Report how many lines below include the string "Locations". Please keep the reply to that number.

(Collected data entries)
........

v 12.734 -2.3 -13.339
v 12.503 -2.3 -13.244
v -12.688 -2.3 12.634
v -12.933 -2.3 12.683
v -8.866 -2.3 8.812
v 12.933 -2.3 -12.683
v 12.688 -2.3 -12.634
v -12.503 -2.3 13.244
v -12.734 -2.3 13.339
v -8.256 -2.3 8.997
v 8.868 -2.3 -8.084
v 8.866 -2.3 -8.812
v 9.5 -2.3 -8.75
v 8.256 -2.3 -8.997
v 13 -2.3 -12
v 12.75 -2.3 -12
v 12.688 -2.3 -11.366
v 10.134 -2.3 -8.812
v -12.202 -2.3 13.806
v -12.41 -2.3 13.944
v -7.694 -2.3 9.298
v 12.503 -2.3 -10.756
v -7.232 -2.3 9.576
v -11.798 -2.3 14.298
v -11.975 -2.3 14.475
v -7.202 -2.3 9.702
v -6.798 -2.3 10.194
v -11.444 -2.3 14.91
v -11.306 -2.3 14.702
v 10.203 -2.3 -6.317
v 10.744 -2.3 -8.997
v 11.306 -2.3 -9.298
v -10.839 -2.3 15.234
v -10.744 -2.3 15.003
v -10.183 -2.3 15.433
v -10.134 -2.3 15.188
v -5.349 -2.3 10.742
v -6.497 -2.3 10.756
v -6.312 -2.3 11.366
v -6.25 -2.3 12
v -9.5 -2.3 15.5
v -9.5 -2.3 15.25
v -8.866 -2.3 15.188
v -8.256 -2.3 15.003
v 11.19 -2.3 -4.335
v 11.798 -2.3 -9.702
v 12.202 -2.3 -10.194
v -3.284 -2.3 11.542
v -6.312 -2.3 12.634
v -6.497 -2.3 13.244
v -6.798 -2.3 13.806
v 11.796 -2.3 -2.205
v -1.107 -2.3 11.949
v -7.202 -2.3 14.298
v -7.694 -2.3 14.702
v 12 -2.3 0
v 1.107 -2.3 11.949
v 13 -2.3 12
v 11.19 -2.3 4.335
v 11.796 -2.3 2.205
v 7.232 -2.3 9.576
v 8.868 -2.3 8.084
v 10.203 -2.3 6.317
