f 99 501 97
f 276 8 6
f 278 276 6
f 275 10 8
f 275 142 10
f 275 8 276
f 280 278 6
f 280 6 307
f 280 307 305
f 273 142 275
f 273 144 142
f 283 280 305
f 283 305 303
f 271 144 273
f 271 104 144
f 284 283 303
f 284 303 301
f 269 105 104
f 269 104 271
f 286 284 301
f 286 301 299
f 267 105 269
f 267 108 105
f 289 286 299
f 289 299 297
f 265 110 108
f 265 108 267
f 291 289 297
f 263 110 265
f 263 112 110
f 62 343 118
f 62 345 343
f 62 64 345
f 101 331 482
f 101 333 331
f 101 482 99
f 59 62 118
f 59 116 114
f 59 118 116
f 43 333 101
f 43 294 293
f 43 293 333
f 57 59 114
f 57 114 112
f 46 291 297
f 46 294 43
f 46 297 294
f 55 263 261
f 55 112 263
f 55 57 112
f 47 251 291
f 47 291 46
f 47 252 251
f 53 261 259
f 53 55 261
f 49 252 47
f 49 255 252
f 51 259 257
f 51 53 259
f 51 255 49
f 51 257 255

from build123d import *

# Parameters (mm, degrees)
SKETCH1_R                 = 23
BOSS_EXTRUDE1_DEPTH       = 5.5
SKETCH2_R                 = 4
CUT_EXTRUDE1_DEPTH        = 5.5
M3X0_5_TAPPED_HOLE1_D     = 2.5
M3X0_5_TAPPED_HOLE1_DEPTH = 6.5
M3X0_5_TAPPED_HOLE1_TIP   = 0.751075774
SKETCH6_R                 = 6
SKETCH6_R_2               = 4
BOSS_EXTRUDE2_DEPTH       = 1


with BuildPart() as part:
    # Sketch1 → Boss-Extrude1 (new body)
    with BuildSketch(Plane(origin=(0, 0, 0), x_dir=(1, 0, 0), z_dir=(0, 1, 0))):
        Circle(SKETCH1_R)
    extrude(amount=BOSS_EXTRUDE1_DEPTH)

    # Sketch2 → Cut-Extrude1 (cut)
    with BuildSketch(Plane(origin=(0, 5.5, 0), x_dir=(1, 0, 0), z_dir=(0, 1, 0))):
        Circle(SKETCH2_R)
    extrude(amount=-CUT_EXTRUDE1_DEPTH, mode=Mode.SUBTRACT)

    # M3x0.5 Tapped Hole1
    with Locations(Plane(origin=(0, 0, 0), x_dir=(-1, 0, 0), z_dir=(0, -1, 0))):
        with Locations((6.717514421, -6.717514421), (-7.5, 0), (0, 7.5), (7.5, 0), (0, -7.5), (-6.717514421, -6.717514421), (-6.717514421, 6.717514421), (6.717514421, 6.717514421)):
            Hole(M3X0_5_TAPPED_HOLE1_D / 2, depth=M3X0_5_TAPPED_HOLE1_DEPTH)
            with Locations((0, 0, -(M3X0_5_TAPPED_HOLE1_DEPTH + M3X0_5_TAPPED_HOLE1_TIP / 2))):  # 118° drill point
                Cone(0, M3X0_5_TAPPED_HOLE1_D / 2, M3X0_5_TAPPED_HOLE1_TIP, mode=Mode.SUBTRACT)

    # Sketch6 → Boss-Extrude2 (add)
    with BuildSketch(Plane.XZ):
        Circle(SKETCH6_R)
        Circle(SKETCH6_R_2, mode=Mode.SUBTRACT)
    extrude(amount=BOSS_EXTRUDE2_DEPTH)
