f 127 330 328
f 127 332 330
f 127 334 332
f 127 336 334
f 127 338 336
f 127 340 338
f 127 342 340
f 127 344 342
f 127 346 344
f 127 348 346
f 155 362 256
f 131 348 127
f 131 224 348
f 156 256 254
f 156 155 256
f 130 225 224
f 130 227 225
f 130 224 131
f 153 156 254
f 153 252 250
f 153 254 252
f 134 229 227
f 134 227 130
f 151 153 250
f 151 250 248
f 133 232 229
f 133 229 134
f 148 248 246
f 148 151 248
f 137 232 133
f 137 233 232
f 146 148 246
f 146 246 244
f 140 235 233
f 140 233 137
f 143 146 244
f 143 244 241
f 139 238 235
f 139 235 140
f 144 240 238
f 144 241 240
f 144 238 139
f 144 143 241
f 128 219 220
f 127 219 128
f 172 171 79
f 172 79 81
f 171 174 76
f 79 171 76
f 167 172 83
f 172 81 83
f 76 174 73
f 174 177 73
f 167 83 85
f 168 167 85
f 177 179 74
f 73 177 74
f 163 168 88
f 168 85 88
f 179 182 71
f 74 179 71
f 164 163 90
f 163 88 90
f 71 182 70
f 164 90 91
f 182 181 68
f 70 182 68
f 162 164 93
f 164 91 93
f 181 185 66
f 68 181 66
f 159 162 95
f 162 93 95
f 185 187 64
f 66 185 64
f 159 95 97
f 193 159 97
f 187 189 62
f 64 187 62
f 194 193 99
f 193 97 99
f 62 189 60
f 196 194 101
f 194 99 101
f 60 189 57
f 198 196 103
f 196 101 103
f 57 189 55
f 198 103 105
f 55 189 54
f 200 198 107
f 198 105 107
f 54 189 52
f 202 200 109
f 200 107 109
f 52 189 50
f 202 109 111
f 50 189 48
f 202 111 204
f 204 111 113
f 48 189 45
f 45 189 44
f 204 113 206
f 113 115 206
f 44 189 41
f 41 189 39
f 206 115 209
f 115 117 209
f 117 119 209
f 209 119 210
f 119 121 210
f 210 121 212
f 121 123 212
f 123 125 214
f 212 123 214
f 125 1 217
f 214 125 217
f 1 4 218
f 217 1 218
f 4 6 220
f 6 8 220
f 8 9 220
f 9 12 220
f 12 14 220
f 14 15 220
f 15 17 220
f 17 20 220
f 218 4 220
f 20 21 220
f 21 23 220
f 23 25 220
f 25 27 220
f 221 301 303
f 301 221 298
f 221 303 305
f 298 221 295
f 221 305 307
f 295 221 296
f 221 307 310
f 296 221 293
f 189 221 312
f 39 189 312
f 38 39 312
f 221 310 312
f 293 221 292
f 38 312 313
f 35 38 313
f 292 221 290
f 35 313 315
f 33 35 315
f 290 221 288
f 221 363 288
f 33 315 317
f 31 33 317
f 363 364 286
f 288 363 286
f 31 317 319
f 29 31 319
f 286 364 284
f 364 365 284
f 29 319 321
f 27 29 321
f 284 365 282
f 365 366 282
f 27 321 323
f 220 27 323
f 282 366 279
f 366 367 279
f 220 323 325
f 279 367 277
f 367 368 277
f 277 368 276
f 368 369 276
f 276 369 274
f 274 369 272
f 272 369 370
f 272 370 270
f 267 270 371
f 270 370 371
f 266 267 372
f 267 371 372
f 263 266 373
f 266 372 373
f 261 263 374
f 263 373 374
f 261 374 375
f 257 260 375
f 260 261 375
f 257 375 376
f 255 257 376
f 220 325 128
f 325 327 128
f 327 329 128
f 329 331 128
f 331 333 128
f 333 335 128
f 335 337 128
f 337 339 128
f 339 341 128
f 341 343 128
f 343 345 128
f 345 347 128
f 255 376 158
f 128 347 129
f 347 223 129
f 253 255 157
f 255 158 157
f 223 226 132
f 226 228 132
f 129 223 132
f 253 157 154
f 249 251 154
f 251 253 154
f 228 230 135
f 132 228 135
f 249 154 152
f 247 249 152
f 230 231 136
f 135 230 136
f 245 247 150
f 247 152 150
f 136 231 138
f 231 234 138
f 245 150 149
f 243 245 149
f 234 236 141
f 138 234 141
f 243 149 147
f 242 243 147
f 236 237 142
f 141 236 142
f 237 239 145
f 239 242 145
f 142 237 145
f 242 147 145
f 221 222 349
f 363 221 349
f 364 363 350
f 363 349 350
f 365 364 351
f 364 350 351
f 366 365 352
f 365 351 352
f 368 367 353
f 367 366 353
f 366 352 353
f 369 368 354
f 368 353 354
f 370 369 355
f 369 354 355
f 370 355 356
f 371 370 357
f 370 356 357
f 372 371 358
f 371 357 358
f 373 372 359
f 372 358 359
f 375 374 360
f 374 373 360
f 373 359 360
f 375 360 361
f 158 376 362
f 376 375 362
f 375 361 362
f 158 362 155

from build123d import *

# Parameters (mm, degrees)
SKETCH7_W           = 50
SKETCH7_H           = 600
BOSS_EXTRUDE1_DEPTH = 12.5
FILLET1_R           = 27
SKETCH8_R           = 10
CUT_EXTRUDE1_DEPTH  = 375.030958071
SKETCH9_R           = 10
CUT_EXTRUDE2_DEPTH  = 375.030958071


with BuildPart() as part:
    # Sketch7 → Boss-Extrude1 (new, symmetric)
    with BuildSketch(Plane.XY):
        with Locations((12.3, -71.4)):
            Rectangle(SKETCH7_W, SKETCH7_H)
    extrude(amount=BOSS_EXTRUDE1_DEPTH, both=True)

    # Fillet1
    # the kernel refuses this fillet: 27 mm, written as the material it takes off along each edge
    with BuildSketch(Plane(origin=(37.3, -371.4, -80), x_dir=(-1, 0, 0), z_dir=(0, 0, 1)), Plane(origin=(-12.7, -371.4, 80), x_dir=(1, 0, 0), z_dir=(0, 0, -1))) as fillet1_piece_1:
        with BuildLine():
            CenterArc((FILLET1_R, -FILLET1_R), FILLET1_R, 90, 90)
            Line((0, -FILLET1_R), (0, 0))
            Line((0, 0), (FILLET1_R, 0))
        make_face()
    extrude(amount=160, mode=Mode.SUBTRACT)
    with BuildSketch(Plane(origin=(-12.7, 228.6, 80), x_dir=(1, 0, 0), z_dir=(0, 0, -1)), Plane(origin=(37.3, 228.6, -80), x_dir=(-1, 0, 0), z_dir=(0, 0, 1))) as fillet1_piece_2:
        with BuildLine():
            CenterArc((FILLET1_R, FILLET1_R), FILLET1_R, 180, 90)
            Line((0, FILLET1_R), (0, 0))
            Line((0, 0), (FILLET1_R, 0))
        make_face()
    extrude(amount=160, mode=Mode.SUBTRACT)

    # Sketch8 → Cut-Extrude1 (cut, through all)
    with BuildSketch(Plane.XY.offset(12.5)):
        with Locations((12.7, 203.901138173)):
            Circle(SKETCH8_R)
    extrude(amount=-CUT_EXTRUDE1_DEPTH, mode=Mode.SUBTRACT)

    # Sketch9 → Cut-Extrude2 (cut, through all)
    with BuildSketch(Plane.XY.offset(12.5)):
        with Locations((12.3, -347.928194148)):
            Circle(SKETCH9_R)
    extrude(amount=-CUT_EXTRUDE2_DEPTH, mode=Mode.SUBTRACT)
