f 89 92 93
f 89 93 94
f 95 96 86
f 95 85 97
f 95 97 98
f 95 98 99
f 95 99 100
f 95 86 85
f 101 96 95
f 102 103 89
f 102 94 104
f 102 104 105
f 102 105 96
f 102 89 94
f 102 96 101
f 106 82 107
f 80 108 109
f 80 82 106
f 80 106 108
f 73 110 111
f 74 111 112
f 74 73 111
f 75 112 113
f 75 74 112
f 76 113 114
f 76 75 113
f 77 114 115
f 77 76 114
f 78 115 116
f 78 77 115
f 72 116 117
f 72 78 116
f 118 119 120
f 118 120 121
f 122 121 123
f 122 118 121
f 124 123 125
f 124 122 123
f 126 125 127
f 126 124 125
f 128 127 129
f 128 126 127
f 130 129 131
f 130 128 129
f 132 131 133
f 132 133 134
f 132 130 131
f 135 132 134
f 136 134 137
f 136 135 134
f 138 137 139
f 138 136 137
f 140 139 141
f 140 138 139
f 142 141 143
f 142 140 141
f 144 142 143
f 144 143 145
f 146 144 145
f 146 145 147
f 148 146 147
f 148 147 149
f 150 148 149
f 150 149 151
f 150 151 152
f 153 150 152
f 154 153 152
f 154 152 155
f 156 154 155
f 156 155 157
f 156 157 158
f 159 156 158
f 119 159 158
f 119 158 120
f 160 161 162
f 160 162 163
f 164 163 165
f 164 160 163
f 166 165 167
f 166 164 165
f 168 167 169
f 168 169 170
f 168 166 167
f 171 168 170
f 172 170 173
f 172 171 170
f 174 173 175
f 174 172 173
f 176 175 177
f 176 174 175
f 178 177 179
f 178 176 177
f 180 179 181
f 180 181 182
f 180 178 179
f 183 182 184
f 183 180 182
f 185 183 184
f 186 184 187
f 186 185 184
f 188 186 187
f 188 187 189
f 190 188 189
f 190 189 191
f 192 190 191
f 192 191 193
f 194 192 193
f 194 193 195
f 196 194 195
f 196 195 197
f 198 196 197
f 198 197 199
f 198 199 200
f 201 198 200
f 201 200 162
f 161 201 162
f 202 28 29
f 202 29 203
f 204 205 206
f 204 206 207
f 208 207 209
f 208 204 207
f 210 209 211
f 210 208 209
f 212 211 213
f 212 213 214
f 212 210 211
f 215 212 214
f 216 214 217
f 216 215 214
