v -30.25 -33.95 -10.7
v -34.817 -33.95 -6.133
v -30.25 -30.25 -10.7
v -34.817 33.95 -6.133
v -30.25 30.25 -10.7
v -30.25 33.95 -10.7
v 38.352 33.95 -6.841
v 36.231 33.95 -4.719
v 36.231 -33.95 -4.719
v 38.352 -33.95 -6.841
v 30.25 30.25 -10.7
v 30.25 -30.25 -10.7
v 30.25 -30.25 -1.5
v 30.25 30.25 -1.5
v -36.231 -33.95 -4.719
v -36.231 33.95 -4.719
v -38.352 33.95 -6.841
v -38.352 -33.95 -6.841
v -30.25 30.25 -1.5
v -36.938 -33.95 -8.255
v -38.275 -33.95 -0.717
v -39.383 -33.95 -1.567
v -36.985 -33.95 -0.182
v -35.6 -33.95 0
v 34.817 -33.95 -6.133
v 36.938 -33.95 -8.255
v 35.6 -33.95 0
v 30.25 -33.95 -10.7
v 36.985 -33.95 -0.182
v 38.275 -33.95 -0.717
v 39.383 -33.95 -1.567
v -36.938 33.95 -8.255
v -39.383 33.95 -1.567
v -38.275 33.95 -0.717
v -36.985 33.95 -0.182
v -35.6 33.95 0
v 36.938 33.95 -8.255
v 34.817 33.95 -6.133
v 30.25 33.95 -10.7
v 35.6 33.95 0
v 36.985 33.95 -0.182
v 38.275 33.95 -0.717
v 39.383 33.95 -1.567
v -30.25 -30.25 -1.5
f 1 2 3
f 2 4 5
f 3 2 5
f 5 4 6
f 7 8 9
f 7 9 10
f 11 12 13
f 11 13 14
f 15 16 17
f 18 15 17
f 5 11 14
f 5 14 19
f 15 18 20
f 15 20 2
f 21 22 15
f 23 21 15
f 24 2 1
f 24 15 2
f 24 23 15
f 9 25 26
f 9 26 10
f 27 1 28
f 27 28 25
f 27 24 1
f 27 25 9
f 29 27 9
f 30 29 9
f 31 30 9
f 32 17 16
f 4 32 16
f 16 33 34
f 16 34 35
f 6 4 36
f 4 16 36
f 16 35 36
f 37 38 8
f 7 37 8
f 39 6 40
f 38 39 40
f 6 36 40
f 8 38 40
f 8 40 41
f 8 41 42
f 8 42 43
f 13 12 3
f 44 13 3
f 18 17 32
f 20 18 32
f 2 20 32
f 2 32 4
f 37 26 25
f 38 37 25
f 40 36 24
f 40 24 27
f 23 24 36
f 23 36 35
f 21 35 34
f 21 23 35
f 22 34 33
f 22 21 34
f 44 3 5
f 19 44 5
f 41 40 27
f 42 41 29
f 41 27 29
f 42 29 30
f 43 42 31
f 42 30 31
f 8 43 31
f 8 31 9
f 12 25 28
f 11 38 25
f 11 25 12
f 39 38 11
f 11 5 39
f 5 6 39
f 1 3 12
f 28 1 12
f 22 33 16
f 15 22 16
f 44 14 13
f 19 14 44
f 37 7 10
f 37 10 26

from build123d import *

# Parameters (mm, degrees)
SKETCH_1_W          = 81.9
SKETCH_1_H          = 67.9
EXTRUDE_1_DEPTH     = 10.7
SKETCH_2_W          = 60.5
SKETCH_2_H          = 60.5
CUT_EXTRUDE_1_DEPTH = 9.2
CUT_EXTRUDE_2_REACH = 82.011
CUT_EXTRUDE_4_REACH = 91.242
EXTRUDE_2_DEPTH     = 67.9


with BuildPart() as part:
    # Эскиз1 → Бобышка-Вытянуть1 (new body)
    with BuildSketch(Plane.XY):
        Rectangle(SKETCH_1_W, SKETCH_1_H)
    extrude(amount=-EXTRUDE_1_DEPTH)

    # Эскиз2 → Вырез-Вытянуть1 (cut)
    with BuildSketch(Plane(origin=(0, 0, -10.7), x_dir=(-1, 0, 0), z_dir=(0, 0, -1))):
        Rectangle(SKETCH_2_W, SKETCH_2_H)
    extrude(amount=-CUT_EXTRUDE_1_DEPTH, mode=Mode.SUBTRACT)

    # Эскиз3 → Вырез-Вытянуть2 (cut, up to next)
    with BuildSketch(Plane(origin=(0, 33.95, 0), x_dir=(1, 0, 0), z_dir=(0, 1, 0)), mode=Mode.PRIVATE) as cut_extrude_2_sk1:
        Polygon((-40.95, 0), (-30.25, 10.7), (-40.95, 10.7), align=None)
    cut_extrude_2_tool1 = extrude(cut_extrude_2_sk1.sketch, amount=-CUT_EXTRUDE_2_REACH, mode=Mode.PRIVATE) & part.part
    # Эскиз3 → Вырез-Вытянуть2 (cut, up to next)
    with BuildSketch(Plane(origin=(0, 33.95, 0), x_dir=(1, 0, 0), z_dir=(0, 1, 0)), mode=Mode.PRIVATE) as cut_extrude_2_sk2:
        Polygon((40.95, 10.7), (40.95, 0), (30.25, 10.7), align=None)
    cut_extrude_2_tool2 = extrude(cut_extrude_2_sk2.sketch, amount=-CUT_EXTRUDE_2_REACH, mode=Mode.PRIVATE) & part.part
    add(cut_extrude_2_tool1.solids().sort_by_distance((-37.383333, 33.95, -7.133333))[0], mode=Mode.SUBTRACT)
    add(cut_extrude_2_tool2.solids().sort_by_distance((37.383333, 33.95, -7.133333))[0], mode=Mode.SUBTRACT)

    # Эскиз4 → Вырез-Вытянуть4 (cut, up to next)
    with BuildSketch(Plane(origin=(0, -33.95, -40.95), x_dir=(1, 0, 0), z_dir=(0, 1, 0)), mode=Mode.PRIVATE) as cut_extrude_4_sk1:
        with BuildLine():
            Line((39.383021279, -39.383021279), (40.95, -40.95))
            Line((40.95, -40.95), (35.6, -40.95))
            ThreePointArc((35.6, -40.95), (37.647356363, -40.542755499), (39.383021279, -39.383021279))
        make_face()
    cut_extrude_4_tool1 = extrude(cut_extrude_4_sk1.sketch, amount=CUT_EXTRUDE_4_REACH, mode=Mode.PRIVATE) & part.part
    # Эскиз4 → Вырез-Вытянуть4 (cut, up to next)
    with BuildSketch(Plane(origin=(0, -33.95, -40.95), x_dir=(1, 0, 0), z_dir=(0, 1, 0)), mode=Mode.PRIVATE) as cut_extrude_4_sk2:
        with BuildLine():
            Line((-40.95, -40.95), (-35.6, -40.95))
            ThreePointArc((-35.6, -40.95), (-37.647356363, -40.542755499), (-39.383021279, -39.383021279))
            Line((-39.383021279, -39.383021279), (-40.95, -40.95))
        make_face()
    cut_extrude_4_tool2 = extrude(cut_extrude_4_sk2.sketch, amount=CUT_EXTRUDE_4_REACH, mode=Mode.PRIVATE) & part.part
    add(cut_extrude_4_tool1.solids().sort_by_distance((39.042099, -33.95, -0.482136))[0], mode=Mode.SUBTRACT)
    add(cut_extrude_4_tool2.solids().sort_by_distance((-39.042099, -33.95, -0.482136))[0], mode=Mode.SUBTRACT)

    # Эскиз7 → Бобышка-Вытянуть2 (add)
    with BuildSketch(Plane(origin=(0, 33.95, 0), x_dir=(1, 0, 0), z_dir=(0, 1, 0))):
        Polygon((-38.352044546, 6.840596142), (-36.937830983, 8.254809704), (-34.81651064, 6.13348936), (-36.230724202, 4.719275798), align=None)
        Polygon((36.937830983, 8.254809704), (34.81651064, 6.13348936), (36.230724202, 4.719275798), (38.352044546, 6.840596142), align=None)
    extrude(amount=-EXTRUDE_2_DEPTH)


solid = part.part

........

# Reply to the exercise
6